126. National Intelligence Memorandum1

NIE 54/55–65


The Problem

To examine the domestic political situation and foreign policy trends in Indonesia and Malaysia, and to estimate the prospects of both countries and the probable course of their conflict with one another over the next year or so.


The principal development in Indonesia over the past year has been the sharply accelerated growth of the Communist Party (PKI) role [Page 271]in government. This trend is likely to continue as long as Sukarno is in control. Opponents of this trend are discouraged and intimidated; even the military has all but lost the will to resist. The longer Sukarno lives, the better will be the PKI chances of maintaining or improving its position following his death. (Paras. 2–11)
Sukarno’s campaign to destroy Malaysia, now in its third year, will almost certainly continue at varying levels of intensity. There is little prospect of an Indonesian military victory and Sukarno knows it. This realization has led him to denounce and harass the entire Western presence in Southeast Asia, and indeed in the Afro-Asian world. (Paras. 14–16, 21)
We look for a continuation of Indonesia’s hostile attitude toward the US, though chances are less than even that Sukarno will go so far as to break diplomatic relations. Ties with Communist China are likely to become closer, since Sukarno sees no immediate Chinese threat to Indonesian ambitions. The desire of the Indonesian military to continue receiving Soviet arms aid will probably induce Sukarno to maintain relatively friendly relations with the USSR. (Paras. 17–23)
If Sukarno dies or becomes incapacitated in the next year or so, the immediate successor government would probably be an ostensibly non-Communist coalition. The military would almost certainly exercise greater authority than at present, but would be unlikely to risk civil war to initiate a roll back of the Communists. Indeed, the Communists are already so entrenched that they could probably not be denied an important share in any successor government. (Paras. 12–13)
In Malaysia, existing political and racial frictions will intensify, but even if no settlement is achieved, we do not believe that this will lead to a breakup of the federation during the period of this estimate. The subversive threat to Malaysia is unlikely to bring down the present regime unless it is significantly weakened by Indonesian actions on a scale which we consider improbable. (Paras 24–33)
Malaysia is totally dependent on British military support and its foreign policy is closely allied to that of the UK and its Commonwealth partners. The UK, and to a lesser extent Australia and New Zealand, have committed a considerable military force to the defense of Malaysia. It will probably prove adequate to cope with likely Indonesian actions and to deter Sukarno from substantially bolder aggression. Nevertheless, Malaysia will continue to seek an even stronger US commitment to its defense. (Paras. 34–36)
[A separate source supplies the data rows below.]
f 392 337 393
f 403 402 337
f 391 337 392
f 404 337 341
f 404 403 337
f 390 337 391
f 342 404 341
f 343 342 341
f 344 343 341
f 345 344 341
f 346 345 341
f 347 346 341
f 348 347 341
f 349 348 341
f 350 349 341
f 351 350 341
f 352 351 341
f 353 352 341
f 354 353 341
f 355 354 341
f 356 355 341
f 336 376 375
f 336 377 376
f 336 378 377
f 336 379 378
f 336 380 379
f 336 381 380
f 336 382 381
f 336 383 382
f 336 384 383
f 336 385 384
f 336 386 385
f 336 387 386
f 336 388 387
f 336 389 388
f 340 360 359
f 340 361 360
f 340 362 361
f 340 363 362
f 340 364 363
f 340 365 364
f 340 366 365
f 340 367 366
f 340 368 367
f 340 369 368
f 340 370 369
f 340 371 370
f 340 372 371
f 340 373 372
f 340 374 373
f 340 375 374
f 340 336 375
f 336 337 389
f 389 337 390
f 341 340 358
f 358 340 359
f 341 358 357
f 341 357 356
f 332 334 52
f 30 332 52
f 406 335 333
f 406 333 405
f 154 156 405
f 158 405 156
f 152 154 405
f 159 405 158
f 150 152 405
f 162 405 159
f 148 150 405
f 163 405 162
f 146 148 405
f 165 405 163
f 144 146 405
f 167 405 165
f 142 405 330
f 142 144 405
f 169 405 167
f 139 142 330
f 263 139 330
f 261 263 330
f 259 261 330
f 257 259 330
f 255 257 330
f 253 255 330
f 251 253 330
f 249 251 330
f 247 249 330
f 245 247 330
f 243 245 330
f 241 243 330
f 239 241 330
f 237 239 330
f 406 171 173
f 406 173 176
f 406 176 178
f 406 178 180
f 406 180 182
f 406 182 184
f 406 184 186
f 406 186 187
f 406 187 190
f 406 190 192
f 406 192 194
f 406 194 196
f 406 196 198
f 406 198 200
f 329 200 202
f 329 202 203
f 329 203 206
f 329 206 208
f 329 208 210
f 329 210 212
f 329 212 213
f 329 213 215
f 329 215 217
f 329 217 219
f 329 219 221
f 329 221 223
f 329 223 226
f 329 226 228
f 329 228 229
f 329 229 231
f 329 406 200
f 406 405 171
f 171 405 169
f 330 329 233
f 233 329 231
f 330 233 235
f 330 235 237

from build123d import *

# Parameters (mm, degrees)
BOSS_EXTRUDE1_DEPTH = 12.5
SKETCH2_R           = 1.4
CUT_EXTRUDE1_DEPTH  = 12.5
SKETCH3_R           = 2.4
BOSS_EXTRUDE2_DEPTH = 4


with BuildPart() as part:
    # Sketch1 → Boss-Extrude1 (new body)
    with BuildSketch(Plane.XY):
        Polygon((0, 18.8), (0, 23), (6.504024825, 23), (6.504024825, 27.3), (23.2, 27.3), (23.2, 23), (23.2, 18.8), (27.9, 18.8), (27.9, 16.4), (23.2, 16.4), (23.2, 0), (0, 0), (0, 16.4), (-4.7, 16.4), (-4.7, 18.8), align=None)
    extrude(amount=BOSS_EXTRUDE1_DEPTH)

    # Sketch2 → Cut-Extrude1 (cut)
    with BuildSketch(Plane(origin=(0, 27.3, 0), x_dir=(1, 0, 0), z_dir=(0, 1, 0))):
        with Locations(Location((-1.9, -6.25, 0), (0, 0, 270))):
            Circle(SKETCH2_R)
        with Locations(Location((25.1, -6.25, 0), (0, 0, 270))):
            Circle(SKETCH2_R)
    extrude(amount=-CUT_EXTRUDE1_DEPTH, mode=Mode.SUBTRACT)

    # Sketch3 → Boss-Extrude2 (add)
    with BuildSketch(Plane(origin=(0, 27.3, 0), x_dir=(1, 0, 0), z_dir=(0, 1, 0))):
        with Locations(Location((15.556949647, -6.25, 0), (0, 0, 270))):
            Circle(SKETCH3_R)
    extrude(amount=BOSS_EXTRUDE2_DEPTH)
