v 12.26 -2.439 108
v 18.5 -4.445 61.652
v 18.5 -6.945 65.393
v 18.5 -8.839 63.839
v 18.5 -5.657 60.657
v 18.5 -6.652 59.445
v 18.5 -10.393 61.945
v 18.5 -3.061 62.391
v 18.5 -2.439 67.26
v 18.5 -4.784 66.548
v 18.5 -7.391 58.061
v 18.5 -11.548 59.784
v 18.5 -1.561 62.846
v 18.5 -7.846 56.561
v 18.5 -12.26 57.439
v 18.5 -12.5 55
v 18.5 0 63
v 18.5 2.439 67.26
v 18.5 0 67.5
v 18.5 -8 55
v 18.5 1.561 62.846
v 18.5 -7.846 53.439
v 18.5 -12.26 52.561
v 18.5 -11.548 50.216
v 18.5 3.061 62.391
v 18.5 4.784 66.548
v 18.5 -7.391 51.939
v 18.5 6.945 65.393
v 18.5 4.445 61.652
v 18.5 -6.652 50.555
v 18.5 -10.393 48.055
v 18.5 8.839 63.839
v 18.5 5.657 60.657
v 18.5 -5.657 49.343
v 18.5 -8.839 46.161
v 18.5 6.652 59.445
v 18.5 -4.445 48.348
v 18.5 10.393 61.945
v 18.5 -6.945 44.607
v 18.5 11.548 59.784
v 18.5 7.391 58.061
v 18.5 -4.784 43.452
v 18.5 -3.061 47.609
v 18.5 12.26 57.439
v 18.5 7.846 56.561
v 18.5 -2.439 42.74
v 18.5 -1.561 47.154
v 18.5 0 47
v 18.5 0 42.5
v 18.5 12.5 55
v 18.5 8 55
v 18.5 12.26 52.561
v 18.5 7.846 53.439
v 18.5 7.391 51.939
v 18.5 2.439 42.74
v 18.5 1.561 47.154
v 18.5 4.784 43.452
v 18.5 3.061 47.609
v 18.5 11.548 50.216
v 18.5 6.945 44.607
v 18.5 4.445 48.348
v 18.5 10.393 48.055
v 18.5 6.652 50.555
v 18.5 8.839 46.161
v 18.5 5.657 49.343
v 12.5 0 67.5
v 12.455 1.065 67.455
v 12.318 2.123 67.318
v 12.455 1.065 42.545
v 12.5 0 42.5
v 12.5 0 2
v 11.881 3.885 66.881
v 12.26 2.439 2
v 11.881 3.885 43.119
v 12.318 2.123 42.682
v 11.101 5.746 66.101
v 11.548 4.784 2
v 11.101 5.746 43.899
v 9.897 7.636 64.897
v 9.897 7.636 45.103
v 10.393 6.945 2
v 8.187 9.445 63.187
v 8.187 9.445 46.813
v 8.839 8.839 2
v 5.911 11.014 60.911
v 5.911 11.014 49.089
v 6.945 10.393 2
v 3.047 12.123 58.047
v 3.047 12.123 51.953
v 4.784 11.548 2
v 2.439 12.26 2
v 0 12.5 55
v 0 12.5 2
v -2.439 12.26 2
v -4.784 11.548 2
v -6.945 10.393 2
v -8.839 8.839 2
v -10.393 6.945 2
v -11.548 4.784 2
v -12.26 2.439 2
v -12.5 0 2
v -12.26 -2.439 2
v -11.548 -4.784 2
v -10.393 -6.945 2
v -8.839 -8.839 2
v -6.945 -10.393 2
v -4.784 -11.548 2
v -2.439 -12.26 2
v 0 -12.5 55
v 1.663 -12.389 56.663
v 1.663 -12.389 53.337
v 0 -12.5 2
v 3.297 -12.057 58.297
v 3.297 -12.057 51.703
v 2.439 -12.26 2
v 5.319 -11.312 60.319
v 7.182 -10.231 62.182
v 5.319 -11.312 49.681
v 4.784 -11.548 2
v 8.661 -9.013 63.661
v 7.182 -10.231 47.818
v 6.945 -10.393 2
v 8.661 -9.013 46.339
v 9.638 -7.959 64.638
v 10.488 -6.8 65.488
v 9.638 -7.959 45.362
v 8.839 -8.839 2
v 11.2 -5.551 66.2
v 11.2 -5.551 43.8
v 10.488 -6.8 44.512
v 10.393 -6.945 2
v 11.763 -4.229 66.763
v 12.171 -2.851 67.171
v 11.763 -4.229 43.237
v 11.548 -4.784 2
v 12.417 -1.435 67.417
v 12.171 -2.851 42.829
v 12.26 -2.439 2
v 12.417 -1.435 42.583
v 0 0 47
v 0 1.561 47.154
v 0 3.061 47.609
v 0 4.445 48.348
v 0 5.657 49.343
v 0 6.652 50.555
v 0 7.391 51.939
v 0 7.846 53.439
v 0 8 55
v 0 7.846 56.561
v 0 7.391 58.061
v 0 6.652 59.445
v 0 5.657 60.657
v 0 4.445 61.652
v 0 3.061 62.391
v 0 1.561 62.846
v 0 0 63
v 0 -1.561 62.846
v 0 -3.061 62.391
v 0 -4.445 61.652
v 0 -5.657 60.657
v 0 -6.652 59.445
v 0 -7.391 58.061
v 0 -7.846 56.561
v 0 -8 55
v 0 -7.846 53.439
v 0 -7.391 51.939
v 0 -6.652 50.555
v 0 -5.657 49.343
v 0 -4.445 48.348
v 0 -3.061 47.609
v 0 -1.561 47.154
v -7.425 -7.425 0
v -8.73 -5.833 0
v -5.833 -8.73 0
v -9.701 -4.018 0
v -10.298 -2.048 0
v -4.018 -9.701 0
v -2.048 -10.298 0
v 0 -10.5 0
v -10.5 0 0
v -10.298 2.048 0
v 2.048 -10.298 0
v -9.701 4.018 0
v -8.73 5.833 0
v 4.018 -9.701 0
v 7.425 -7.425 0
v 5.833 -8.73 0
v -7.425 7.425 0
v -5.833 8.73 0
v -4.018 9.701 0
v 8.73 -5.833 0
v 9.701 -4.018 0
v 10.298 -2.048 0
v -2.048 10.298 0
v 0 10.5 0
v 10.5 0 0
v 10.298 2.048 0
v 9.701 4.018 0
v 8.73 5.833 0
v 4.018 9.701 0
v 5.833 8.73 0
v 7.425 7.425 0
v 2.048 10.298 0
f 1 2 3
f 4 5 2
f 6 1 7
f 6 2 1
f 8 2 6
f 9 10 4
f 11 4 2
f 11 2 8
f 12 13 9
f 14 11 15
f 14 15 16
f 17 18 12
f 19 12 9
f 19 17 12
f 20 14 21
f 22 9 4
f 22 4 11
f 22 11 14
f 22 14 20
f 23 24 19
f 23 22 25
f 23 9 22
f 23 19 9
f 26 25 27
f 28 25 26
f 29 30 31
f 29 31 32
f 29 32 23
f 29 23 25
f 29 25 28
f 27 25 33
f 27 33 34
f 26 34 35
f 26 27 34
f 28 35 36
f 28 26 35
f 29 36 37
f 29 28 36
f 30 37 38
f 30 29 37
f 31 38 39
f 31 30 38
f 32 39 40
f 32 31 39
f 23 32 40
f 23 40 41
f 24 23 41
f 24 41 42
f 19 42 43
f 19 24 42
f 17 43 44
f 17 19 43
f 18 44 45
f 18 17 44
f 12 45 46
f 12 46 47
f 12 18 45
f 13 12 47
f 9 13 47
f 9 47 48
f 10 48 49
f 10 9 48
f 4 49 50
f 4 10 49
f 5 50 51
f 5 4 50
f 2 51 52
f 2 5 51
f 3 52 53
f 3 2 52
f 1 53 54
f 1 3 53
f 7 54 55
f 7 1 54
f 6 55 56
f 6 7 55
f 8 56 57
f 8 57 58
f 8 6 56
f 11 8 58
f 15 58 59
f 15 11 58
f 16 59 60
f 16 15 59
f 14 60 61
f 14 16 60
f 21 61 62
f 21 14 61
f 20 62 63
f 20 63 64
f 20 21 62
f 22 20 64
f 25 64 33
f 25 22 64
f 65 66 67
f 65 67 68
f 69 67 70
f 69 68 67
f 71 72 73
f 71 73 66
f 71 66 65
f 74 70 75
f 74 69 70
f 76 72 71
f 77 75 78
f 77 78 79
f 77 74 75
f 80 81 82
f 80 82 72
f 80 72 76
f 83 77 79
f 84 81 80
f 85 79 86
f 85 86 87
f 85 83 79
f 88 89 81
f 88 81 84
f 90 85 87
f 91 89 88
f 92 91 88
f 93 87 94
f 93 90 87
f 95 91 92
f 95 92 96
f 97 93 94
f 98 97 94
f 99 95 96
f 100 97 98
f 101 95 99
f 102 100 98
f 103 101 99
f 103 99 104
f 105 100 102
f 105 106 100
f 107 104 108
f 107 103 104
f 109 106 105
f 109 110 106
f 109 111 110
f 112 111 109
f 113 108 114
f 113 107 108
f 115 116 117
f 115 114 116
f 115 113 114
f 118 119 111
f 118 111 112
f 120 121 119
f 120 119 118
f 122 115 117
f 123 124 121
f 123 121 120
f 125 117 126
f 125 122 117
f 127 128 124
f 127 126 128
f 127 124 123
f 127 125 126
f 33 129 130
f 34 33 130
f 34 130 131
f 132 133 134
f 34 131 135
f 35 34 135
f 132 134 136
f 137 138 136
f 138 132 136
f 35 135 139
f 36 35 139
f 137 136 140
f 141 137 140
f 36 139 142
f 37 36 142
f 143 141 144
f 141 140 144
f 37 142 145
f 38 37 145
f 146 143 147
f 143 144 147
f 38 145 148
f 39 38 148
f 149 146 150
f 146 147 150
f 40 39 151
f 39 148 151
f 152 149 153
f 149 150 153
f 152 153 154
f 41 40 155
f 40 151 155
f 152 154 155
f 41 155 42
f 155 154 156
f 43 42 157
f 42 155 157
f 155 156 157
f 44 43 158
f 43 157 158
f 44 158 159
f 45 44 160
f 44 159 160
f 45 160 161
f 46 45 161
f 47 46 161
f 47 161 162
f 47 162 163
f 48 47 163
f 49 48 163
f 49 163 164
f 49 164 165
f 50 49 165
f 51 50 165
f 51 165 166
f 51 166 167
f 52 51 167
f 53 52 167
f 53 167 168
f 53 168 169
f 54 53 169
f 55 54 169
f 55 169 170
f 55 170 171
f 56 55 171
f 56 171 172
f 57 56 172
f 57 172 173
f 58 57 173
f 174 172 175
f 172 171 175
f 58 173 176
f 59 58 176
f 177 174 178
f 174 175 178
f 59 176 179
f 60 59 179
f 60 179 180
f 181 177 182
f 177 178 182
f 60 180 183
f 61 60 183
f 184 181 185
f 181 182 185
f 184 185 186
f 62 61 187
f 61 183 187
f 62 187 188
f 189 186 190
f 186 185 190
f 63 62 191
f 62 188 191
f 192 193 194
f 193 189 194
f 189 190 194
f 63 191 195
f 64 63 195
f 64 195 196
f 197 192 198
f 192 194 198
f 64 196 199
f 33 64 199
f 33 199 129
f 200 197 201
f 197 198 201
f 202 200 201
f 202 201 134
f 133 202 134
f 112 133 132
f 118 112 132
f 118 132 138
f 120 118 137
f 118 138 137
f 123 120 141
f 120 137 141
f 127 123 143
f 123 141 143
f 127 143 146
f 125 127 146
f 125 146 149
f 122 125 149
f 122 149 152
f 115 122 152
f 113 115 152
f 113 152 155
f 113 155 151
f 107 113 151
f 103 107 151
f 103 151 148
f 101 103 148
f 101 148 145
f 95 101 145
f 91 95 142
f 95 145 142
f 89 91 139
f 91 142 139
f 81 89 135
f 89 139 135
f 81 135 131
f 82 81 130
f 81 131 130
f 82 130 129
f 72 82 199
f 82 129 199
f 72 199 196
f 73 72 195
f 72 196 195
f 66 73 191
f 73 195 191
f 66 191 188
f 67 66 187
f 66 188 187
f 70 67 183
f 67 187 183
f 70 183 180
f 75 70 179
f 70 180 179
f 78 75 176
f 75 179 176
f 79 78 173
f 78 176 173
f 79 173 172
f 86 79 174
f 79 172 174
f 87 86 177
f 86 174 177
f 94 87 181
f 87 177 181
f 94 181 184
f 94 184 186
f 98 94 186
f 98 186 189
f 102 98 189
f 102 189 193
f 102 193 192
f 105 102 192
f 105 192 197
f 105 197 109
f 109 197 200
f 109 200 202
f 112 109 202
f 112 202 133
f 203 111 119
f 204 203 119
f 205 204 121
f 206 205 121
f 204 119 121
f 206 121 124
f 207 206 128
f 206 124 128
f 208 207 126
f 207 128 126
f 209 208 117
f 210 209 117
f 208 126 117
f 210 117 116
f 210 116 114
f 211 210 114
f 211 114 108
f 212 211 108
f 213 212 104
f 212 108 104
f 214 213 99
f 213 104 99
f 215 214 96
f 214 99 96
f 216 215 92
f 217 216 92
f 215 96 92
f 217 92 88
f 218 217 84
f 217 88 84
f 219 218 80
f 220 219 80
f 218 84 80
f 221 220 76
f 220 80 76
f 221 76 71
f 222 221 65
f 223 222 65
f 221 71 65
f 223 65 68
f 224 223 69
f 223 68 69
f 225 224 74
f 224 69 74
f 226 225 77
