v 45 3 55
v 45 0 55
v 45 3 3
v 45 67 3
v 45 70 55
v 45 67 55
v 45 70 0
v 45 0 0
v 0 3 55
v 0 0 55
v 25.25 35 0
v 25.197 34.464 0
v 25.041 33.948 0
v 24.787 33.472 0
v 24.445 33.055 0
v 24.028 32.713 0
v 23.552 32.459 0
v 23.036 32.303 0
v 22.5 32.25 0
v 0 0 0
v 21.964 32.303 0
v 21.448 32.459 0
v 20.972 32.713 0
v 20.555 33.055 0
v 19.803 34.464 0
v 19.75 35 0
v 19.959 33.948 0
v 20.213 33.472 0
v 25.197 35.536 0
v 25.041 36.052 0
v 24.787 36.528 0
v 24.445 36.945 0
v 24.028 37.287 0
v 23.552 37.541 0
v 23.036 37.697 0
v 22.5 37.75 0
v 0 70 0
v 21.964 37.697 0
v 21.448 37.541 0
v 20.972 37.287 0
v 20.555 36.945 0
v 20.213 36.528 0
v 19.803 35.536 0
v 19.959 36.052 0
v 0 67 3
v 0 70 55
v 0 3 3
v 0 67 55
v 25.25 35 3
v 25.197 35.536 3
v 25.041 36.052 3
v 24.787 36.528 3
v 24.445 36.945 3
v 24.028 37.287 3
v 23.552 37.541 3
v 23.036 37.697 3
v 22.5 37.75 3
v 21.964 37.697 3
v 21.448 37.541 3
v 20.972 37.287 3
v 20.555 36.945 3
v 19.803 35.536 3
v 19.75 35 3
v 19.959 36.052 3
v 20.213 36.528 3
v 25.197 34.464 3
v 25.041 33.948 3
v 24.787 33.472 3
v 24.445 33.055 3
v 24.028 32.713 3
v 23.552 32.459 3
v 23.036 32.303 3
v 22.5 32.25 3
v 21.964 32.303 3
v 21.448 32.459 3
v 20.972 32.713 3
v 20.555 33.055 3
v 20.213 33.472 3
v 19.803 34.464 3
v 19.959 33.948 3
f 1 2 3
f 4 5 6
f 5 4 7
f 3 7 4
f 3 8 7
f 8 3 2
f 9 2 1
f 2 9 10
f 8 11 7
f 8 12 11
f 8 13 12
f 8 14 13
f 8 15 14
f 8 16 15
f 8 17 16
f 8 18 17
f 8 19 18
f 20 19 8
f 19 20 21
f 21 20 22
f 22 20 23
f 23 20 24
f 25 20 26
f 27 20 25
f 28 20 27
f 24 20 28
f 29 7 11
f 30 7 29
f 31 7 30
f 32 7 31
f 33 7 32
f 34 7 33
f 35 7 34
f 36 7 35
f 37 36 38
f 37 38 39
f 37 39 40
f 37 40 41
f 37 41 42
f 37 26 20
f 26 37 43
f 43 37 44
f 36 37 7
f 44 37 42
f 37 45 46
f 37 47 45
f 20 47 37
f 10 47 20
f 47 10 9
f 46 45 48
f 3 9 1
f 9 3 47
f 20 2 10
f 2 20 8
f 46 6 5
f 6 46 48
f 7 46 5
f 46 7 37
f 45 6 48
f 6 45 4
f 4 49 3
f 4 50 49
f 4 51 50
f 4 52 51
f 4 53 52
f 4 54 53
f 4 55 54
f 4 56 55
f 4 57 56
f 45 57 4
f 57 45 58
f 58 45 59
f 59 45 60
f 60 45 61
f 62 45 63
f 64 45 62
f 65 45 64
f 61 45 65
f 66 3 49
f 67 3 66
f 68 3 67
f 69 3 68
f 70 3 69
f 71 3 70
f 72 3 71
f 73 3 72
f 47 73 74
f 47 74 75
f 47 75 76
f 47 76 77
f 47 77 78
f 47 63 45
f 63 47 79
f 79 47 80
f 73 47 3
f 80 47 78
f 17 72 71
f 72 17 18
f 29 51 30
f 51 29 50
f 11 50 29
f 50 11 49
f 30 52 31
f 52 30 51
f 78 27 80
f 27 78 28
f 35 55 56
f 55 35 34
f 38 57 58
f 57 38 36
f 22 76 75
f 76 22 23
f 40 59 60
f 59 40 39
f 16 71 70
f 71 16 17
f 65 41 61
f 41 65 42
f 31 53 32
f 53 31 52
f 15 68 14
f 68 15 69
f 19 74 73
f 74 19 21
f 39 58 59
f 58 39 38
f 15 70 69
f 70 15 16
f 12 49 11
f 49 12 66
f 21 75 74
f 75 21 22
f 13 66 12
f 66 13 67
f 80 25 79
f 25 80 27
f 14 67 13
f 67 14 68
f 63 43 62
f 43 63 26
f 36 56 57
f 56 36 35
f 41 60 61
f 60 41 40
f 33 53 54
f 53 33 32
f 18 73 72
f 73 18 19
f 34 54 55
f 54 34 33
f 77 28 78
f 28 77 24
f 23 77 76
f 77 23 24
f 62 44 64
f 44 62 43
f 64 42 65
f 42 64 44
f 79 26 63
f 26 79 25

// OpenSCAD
$fn = 32;
// ----------------------------------------------------------------------
// U-bracket: 45 x 70 x 55 mm
// ----------------------------------------------------------------------

// --- parameters (mm) ---
rail_len = 45;            // outer length, X
jaw_w = 70;               // outer width, Y
jaw_h = 55;               // upright height, Z
web_t = 3;                // wall thickness
hole_d = 5.5;             // clearance for M5

module hole_z(px, py) {
  translate([px, py, -2.5]) cylinder(h = web_t + 5, d = hole_d);
}
module hole_y_pz(pz) {
  /* through both uprights along Y */
  translate([0, -2.5, pz]) rotate([-90, 0, 0]) cylinder(h = jaw_w + 5, d = hole_d);
}

module base() {
  cube([rail_len, jaw_w, web_t]);
}

module uprights() {
  cube([rail_len, web_t, jaw_h]);
  translate([0, jaw_w - web_t, 0]) cube([rail_len, web_t, jaw_h]);
}

difference() {
  union() {
    base();
    uprights();
  }
  hole_z(22.5, 35);
}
[Here follows the Discussion section of the estimate.]

  1. Source: Department of State, INR/EAP Files: Lot 90 D 165, NIE 54/55–65. Secret; Controlled Dissem. The Central Intelligence Agency and the intelligence organizations of the Departments of State, Defense, and the NSA prepared this estimate, which was concurred in by the members of the U.S. Intelligence Board on July 1, except the representatives of the AEC and FBI who abstained on the grounds that the topic was outside their jurisdiction.